Can you be 140 pounds and have a eating disorder?

I'm 5ft2 and 140 pounds which is actually probably a little overweight for my liking but I'll put my hand up and say I do not eat right. I'm tired and stressed a lot from work so days I won't eat at all or very little because I forgot, I'm tired or very busy. Then late at night I'll eat loads and it's mainly junk food.

I high my weight well and most people would probably describe me as being slim thick. It's all in the ass and thighs.

I've struggled with my eating my whole life. As a child I didn't like food and was dangerously thin but my mum would have to force feed me. I didn't like the smell, colour, texture or anything and would only live off Cucumber and polo mints.

As I got older I started to be the complete opposite and turned into as massive foodie but I still don't like eating food much. I just find it boring and a big waste of time. If I have to eat I have to get everything out and make it then wash up after to do it all again.

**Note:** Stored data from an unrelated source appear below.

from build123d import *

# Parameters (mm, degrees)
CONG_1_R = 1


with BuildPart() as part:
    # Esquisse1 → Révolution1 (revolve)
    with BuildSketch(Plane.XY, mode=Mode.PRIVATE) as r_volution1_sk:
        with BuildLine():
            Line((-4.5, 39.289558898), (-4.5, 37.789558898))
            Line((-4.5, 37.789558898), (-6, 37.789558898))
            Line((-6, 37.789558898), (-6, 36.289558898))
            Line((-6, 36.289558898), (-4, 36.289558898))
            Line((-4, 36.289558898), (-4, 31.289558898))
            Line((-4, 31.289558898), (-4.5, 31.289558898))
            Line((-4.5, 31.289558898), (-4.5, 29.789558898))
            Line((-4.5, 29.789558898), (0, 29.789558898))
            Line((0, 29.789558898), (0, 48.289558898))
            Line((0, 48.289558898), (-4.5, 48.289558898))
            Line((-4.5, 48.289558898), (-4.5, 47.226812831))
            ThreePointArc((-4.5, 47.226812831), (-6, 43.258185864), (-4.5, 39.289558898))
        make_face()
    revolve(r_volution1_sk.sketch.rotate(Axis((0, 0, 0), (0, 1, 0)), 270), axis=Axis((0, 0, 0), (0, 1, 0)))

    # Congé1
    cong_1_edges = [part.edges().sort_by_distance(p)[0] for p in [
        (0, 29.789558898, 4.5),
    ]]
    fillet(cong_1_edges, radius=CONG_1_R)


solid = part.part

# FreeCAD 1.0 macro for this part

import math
import FreeCAD as App
import Part
import Sketcher
Q = App.Units.Quantity


def edges_at(feature, points):
    """Names of the edges that pass closest to the given points."""
    edges = feature.Shape.Edges
    near = lambda p: min(range(len(edges)), key=lambda i: edges[i].distToShape(Part.Vertex(*p))[0])
    return sorted({f"Edge{near(p) + 1}" for p in points})

doc = App.newDocument("Part")
body = doc.addObject("PartDesign::Body", "Body")

sketch1 = body.newObject("Sketcher::SketchObject", "Sketch")
sketch1.AttachmentSupport = (doc.getObject("XY_Plane"), [""])
sketch1.MapMode = "FlatFace"
sketch1.addGeometry([
    Part.LineSegment(App.Vector(-4.5, 39.3, 0), App.Vector(-4.5, 37.8, 0)),
    Part.LineSegment(App.Vector(-4.5, 37.8, 0), App.Vector(-6, 37.8, 0)),
    Part.LineSegment(App.Vector(-6, 37.8, 0), App.Vector(-6, 36.3, 0)),
    Part.LineSegment(App.Vector(-6, 36.3, 0), App.Vector(-4, 36.3, 0)),
    Part.LineSegment(App.Vector(-4, 36.3, 0), App.Vector(-4, 31.3, 0)),
    Part.LineSegment(App.Vector(-4, 31.3, 0), App.Vector(-4.5, 31.3, 0)),
    Part.LineSegment(App.Vector(-4.5, 31.3, 0), App.Vector(-4.5, 29.8, 0)),
    Part.LineSegment(App.Vector(-4.5, 29.8, 0), App.Vector(0, 29.8, 0)),
    Part.LineSegment(App.Vector(0, 29.8, 0), App.Vector(0, 48.3, 0)),
    Part.LineSegment(App.Vector(0, 48.3, 0), App.Vector(-4.5, 48.3, 0)),
    Part.LineSegment(App.Vector(-4.5, 48.3, 0), App.Vector(-4.5, 47.2, 0)),
    Part.ArcOfCircle(Part.Circle(App.Vector(0, 43.3, 0), App.Vector(0, 0, 1), 6), math.radians(139), math.radians(221)),
], False)
sketch1.addConstraint([
    Sketcher.Constraint("Coincident", 0, 2, 1, 1),
    Sketcher.Constraint("Coincident", 1, 2, 2, 1),
    Sketcher.Constraint("Coincident", 2, 2, 3, 1),
    Sketcher.Constraint("Coincident", 3, 2, 4, 1),
    Sketcher.Constraint("Coincident", 4, 2, 5, 1),
    Sketcher.Constraint("Coincident", 5, 2, 6, 1),
    Sketcher.Constraint("Coincident", 6, 2, 7, 1),
    Sketcher.Constraint("Coincident", 7, 2, 8, 1),
    Sketcher.Constraint("Coincident", 8, 2, 9, 1),
    Sketcher.Constraint("Coincident", 9, 2, 10, 1),
    Sketcher.Constraint("Coincident", 10, 2, 11, 1),
    Sketcher.Constraint("Coincident", 11, 2, 0, 1),
    Sketcher.Constraint("Vertical", 0),
    Sketcher.Constraint("Horizontal", 1),
    Sketcher.Constraint("Vertical", 2),
    Sketcher.Constraint("Horizontal", 3),
    Sketcher.Constraint("Vertical", 4),
    Sketcher.Constraint("Horizontal", 5),
    Sketcher.Constraint("Vertical", 6),
    Sketcher.Constraint("Horizontal", 7),
    Sketcher.Constraint("Vertical", 8),
    Sketcher.Constraint("Horizontal", 9),
    Sketcher.Constraint("Vertical", 10),
    Sketcher.Constraint("PointOnObject", 11, 3, -2),
    Sketcher.Constraint("PointOnObject", 7, 2, -2),
    Sketcher.Constraint("Vertical", 0, 2, 5, 2),
    Sketcher.Constraint("Vertical", 6, 2, 9, 2),
    Sketcher.Constraint("Equal", 1, 0),
    Sketcher.Constraint("Equal", 0, 2),
    Sketcher.Constraint("Equal", 2, 6),
    Sketcher.Constraint("Radius", 11, Q("6 mm")),
    Sketcher.Constraint("DistanceX", 3, 1, 3, 2, Q("2 mm")),
    Sketcher.Constraint("DistanceY", 4, 2, 4, 1, Q("5 mm")),
    Sketcher.Constraint("DistanceX", 1, 2, 1, 1, Q("1.5 mm")),
    Sketcher.Constraint("DistanceX", 7, 1, 7, 2, Q("4.5 mm")),
    Sketcher.Constraint("DistanceY", 8, 1, 8, 2, Q("18.5 mm")),
    Sketcher.Constraint("DistanceY", -1, 1, 0, 2, Q("37.789559 mm")),
])
revolution = body.newObject("PartDesign::Revolution", "Revolution")
revolution.Profile = sketch1
revolution.ReferenceAxis = (sketch1, ["V_Axis"])
revolution.Angle = 360
doc.recompute()

fillet = body.newObject("PartDesign::Fillet", "Fillet")
fillet.Base = (revolution, edges_at(revolution, [(0, 29.79, 4.5)]))
fillet.Radius = 1

doc.recompute()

I usually just eat a sandwich and apple at work. I work full time 8 hours a day. I usually have days off in the week so my husband doesn't watch what I eat either.

I get comments at work a lot about what I eat and I wish people would mind their business. I also have a heart condition that causes me to faint a lot which my work are fully aware of and my doctors don't give a shit about it.

I've been off again for fainting at work and I was called into the office today. My manger, a female manager and the mental health champion were all sitting and asked me to sit down.

They accused me of having a eating disorder and I got very angry at them. "I clearly don't have a eating disorder" I said.

I actually couldn't believe it, my face must have been full of surprise and shock. They said they've been watching what I eat... wtf and they think the fainting might be related. I said "oh your all doctors now are you?"

Updates
1 y
I admitted but maybe i don't eat right and it might not being helpful with my heart condition but that's none of there business.

They just asked me to eat better in future and that they were only showing concern. The mental health champion keeps asking me if I'm okay and offering to buy me food. I'm so pissed off

Can you be 140 pounds and have a eating disorder?